▶ What the task asks: In the records below, find the line with "v5 (66.424814,77.536007,0)" and the line with "e26 v11 v17"; return exactly those lines and every line between them.

▶ Provided records:
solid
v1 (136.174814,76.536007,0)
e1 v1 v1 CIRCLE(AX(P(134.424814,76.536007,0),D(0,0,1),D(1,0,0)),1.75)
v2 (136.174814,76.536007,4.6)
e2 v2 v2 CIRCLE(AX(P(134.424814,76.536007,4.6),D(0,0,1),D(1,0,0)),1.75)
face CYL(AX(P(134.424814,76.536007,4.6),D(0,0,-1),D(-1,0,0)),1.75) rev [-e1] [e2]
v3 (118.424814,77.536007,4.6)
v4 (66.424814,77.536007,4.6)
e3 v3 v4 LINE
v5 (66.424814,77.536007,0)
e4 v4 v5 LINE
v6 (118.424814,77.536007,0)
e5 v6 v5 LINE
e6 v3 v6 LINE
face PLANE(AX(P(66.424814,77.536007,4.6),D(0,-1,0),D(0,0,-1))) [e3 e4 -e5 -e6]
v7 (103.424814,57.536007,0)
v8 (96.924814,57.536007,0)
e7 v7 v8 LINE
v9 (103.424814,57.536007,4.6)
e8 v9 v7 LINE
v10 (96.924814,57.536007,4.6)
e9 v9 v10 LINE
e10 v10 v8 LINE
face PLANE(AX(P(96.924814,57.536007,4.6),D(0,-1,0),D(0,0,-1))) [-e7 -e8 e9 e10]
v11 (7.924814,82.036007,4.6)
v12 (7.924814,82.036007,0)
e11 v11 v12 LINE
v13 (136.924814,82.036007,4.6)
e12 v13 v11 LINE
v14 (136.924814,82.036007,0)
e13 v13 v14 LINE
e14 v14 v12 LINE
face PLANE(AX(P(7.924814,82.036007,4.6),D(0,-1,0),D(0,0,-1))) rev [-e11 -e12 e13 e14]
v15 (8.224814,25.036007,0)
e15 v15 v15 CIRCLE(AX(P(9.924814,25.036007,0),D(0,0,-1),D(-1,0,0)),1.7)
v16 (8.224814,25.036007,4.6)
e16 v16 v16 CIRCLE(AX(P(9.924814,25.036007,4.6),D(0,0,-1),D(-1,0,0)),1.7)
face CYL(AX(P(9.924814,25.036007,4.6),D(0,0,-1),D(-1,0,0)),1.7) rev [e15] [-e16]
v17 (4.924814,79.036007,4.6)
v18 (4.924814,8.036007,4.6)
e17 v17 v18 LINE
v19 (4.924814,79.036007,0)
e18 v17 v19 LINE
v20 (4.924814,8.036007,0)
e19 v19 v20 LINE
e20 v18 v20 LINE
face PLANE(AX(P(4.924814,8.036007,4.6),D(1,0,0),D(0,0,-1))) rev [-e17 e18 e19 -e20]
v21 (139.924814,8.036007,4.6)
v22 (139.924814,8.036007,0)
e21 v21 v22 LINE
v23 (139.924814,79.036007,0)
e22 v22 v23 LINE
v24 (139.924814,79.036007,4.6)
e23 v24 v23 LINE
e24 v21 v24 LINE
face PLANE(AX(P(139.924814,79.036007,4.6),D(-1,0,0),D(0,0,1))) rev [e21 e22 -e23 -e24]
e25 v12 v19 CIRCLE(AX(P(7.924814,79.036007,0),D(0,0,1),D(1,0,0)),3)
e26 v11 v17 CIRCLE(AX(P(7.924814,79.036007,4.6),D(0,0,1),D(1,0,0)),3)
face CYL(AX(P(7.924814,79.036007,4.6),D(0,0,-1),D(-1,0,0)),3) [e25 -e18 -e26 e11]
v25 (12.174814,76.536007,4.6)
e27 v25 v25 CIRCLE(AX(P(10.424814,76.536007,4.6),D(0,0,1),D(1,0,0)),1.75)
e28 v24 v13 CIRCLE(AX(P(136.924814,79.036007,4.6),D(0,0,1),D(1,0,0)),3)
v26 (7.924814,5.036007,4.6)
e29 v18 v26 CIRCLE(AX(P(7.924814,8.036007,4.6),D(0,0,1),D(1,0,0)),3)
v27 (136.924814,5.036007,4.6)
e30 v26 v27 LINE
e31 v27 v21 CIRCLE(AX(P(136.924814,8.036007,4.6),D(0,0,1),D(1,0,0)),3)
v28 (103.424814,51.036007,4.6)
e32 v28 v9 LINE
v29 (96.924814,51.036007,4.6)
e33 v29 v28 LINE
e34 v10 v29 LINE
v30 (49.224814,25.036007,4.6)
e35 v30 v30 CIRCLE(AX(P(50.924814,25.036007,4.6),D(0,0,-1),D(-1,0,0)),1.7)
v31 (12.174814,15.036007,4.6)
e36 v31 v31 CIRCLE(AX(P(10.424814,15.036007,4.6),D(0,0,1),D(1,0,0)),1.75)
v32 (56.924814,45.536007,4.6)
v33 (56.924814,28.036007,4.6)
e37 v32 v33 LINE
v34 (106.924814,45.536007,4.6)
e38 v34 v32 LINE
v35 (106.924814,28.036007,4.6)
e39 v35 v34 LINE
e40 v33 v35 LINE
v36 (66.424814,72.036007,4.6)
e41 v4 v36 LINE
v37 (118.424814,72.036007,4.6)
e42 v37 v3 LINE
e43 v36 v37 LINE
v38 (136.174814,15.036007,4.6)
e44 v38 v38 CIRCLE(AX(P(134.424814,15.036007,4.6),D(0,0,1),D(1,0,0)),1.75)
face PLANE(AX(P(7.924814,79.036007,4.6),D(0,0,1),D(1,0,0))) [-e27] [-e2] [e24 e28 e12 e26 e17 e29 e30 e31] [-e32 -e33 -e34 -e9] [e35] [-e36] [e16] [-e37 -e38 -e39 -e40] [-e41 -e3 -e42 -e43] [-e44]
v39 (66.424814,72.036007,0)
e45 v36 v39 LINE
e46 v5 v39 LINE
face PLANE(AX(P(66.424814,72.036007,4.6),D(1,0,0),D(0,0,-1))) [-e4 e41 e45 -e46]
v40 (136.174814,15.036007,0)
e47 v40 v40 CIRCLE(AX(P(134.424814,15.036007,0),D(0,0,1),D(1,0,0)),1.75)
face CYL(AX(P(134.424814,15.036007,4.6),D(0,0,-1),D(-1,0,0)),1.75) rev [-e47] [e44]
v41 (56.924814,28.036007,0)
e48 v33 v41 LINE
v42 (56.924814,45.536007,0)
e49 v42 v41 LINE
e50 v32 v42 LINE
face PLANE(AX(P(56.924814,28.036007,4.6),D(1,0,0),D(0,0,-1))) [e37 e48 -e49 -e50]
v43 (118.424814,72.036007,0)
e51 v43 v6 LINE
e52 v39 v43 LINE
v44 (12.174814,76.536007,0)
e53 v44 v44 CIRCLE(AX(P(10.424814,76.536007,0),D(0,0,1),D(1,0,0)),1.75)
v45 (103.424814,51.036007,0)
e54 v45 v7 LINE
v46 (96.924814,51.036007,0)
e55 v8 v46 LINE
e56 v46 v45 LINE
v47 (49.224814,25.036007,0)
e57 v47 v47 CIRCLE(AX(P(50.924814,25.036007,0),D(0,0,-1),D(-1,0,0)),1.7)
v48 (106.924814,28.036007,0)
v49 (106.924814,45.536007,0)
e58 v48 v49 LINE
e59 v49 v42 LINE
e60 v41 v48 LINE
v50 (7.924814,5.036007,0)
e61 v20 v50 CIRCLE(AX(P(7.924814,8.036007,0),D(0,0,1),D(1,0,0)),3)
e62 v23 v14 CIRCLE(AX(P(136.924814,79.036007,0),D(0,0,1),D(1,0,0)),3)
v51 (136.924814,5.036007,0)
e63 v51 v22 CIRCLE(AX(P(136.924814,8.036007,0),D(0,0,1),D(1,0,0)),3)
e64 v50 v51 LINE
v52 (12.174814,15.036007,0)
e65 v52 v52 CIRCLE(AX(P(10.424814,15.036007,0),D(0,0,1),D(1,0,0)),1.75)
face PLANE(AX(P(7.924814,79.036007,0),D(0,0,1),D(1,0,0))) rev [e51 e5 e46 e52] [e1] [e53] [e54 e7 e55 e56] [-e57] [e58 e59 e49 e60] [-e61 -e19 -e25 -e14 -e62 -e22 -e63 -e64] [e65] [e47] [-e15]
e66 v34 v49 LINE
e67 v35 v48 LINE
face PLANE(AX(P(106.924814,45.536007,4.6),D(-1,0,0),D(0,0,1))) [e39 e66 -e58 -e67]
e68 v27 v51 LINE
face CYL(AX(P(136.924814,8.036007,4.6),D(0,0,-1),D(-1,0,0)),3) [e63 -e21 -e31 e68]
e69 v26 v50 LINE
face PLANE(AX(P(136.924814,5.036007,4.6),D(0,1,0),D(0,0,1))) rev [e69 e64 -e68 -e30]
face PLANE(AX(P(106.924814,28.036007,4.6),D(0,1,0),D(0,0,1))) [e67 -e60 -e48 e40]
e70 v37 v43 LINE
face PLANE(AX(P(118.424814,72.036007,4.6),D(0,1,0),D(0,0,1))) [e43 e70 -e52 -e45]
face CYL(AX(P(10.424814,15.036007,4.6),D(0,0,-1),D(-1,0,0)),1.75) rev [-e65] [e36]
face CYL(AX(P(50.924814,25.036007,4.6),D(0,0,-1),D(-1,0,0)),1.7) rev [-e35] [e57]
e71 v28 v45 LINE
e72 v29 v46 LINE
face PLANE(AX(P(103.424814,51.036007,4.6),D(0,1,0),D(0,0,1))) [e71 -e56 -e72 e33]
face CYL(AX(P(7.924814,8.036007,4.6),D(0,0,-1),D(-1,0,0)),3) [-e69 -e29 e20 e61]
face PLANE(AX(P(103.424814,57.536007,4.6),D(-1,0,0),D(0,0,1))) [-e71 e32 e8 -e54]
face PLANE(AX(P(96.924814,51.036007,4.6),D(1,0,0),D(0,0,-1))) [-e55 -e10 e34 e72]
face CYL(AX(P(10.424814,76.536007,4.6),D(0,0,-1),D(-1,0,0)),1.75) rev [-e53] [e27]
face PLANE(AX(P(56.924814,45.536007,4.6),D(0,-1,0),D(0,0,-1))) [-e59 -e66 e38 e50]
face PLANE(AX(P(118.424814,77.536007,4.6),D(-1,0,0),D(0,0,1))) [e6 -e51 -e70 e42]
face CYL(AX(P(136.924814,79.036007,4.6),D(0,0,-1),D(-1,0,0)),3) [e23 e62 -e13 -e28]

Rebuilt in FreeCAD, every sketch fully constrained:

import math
import FreeCAD as App
import Part
import Sketcher
from FreeCAD import Vector
Q = App.Units.Quantity

doc = App.newDocument("Part")
body = doc.addObject("PartDesign::Body", "Body")

# Sketch on XY plane
sketch1 = body.newObject("Sketcher::SketchObject", "Sketch")
sketch1.AttachmentSupport = (doc.getObject("XY_Plane"), [""])
sketch1.MapMode = "FlatFace"
sketch1.addGeometry([
    Part.LineSegment(Vector(136.924814, 82.036007, 0), Vector(7.924814, 82.036007, 0)),  # 0
    Part.ArcOfCircle(Part.Circle(Vector(7.924814, 79.036007, 0), Vector(0, 0, 1), 3), math.radians(90), math.radians(180)),  # 1
    Part.LineSegment(Vector(4.924814, 79.036007, 0), Vector(4.924814, 8.036007, 0)),  # 2
    Part.ArcOfCircle(Part.Circle(Vector(7.924814, 8.036007, 0), Vector(0, 0, 1), 3), math.radians(180), math.radians(270)),  # 3
    Part.LineSegment(Vector(7.924814, 5.036007, 0), Vector(136.924814, 5.036007, 0)),  # 4
    Part.ArcOfCircle(Part.Circle(Vector(136.924814, 8.036007, 0), Vector(0, 0, 1), 3), math.radians(-90), math.radians(0)),  # 5
    Part.LineSegment(Vector(139.924814, 8.036007, 0), Vector(139.924814, 79.036007, 0)),  # 6
    Part.ArcOfCircle(Part.Circle(Vector(136.924814, 79.036007, 0), Vector(0, 0, 1), 3), math.radians(0), math.radians(90)),  # 7
    Part.Circle(Vector(134.424814, 15.036007, 0), Vector(0, 0, 1), 1.75),  # 8
    Part.LineSegment(Vector(56.924814, 28.036007, 0), Vector(56.924814, 45.536007, 0)),  # 9
    Part.LineSegment(Vector(56.924814, 45.536007, 0), Vector(106.924814, 45.536007, 0)),  # 10
    Part.LineSegment(Vector(106.924814, 45.536007, 0), Vector(106.924814, 28.036007, 0)),  # 11
    Part.LineSegment(Vector(106.924814, 28.036007, 0), Vector(56.924814, 28.036007, 0)),  # 12
    Part.Circle(Vector(10.424814, 15.036007, 0), Vector(0, 0, 1), 1.75),  # 13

▶ Response:
v5 (66.424814,77.536007,0)
e4 v4 v5 LINE
v6 (118.424814,77.536007,0)
e5 v6 v5 LINE
e6 v3 v6 LINE
face PLANE(AX(P(66.424814,77.536007,4.6),D(0,-1,0),D(0,0,-1))) [e3 e4 -e5 -e6]
v7 (103.424814,57.536007,0)
v8 (96.924814,57.536007,0)
e7 v7 v8 LINE
v9 (103.424814,57.536007,4.6)
e8 v9 v7 LINE
v10 (96.924814,57.536007,4.6)
e9 v9 v10 LINE
e10 v10 v8 LINE
face PLANE(AX(P(96.924814,57.536007,4.6),D(0,-1,0),D(0,0,-1))) [-e7 -e8 e9 e10]
v11 (7.924814,82.036007,4.6)
v12 (7.924814,82.036007,0)
e11 v11 v12 LINE
v13 (136.924814,82.036007,4.6)
e12 v13 v11 LINE
v14 (136.924814,82.036007,0)
e13 v13 v14 LINE
e14 v14 v12 LINE
face PLANE(AX(P(7.924814,82.036007,4.6),D(0,-1,0),D(0,0,-1))) rev [-e11 -e12 e13 e14]
v15 (8.224814,25.036007,0)
e15 v15 v15 CIRCLE(AX(P(9.924814,25.036007,0),D(0,0,-1),D(-1,0,0)),1.7)
v16 (8.224814,25.036007,4.6)
e16 v16 v16 CIRCLE(AX(P(9.924814,25.036007,4.6),D(0,0,-1),D(-1,0,0)),1.7)
face CYL(AX(P(9.924814,25.036007,4.6),D(0,0,-1),D(-1,0,0)),1.7) rev [e15] [-e16]
v17 (4.924814,79.036007,4.6)
v18 (4.924814,8.036007,4.6)
e17 v17 v18 LINE
v19 (4.924814,79.036007,0)
e18 v17 v19 LINE
v20 (4.924814,8.036007,0)
e19 v19 v20 LINE
e20 v18 v20 LINE
face PLANE(AX(P(4.924814,8.036007,4.6),D(1,0,0),D(0,0,-1))) rev [-e17 e18 e19 -e20]
v21 (139.924814,8.036007,4.6)
v22 (139.924814,8.036007,0)
e21 v21 v22 LINE
v23 (139.924814,79.036007,0)
e22 v22 v23 LINE
v24 (139.924814,79.036007,4.6)
e23 v24 v23 LINE
e24 v21 v24 LINE
face PLANE(AX(P(139.924814,79.036007,4.6),D(-1,0,0),D(0,0,1))) rev [e21 e22 -e23 -e24]
e25 v12 v19 CIRCLE(AX(P(7.924814,79.036007,0),D(0,0,1),D(1,0,0)),3)
e26 v11 v17 CIRCLE(AX(P(7.924814,79.036007,4.6),D(0,0,1),D(1,0,0)),3)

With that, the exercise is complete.